# First track day :)



## dez9090 (Apr 15, 2004)

So I participated in my first track day and man was it fun! Here is a pic of the S4 pushing through the last turn of the track.


----------



## Sepp (Dec 10, 2002)

*Re: First track day  (dez9090)*

Well done man.
Representing the classic!


----------



## [email protected] (Apr 9, 2004)

*Re: First track day  (Sepp)*

Looks awesome man. How'd you like it?


----------



## Black20th (Jul 3, 2002)

*Re: First track day  (dez9090)*

awesome http://****************.com/smile/emthup.gif


----------



## TabulaVicious (Sep 15, 2004)

*Re: First track day  (dez9090)*

What track is that? I'll try to make it to Road America, Autobahn CC, and Blackhawk Farms with the ACNA next summer....


----------



## Harv (Oct 31, 2004)

*Re: First track day  (Black20th)*


_Quote, originally posted by *Black20th* »_awesome http://****************.com/smile/emthup.gif


----------



## dez9090 (Apr 15, 2004)

Wow sorry guys, I never replied to your comments. Been busy, you know how it goes. It was really, really fun I did a few more events this past summer with it and learned how to adjust tire pressure accordingly. This day I had the fronts way to low and the car was just pushing through the turns and it ate up the front tires pretty badly. That was in Shawano at this motocross/go-cart racing track, it was cool but short , I didn't get the car above 80MPH. The Porsche brakes held like no tomorrow. I did expereince some heat soak towards the end of my 15 min sessions, FMIC here I come. I want to go to road america this summer for sure. I was out of town last year and missed it. If I remember correctly it's in August right?
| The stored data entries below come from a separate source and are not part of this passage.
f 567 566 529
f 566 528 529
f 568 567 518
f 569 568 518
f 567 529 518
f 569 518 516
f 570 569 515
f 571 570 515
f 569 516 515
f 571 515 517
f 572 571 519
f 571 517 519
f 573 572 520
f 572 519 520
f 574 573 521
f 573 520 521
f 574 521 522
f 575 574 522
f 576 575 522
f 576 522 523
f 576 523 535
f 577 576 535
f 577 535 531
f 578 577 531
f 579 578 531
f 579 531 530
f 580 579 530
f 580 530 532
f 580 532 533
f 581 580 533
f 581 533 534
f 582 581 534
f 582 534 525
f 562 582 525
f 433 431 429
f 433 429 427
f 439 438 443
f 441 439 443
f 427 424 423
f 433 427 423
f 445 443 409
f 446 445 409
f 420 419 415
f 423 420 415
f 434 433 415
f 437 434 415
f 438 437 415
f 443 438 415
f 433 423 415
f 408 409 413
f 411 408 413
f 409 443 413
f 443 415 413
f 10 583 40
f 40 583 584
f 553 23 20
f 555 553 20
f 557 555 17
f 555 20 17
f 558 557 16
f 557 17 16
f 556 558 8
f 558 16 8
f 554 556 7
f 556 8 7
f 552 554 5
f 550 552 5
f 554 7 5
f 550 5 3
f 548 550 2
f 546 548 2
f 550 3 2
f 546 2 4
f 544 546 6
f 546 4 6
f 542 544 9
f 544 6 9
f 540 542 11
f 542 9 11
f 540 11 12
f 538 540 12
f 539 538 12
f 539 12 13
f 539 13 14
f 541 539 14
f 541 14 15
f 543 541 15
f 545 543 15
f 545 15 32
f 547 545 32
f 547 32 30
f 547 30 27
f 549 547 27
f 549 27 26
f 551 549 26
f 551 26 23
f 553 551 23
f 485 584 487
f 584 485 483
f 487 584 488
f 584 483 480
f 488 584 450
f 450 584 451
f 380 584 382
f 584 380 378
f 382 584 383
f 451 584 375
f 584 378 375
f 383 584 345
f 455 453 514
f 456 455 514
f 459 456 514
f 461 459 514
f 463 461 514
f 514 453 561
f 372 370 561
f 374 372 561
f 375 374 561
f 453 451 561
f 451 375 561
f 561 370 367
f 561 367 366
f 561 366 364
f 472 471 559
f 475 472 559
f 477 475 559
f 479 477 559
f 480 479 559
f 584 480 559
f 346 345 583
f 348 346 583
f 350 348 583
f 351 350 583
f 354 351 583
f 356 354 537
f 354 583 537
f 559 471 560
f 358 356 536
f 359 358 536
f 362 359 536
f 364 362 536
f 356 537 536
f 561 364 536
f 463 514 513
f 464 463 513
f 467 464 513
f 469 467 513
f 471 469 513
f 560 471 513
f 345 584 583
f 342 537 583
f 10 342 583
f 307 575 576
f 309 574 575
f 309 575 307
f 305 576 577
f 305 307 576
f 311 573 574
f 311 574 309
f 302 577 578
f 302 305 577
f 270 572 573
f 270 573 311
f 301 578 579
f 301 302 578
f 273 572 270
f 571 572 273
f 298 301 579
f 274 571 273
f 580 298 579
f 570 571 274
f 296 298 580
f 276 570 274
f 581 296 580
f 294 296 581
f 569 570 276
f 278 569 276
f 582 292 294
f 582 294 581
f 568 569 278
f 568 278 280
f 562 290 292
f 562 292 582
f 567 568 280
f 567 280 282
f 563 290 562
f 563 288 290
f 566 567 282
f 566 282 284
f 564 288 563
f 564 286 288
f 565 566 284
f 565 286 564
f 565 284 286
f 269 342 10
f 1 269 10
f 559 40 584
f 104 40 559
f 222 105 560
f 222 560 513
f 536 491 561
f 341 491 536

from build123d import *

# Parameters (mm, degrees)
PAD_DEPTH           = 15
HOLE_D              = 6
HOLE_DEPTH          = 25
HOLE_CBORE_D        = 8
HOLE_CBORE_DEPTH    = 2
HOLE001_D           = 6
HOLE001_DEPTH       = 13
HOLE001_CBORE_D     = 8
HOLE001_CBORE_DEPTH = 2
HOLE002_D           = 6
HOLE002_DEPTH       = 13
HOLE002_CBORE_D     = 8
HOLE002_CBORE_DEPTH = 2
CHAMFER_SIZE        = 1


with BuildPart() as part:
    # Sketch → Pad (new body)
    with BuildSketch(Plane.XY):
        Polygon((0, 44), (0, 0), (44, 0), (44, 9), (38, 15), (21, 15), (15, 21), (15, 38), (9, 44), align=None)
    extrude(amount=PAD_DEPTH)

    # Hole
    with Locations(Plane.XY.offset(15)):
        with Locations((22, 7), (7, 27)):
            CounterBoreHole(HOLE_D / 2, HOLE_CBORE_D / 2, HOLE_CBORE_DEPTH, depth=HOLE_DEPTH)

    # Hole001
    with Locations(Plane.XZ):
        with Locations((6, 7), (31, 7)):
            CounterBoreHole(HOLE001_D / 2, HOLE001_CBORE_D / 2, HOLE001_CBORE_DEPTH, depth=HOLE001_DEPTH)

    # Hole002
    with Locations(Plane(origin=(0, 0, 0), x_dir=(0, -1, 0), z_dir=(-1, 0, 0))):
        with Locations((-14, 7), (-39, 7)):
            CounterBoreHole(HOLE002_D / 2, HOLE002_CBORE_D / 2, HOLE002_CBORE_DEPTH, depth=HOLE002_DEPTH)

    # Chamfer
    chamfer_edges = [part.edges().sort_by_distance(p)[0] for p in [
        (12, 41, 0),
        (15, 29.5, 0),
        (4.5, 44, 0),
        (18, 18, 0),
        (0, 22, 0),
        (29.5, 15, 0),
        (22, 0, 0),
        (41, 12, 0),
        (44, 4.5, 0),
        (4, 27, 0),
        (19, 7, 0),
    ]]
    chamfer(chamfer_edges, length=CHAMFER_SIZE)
Hope to see ya'll there.


----------



## Quattro Krant (Sep 15, 2004)

*Re: (dez9090)*

Watkins Glen was a hoot when I did it this summer with ACNA, even if i did do the event in the GTO







Hopefully the Ur-Q will be ready for this years event http://****************.com/smile/emthup.gif


----------



## dez9090 (Apr 15, 2004)

I'll be looking for the UR-Q this summer.


----------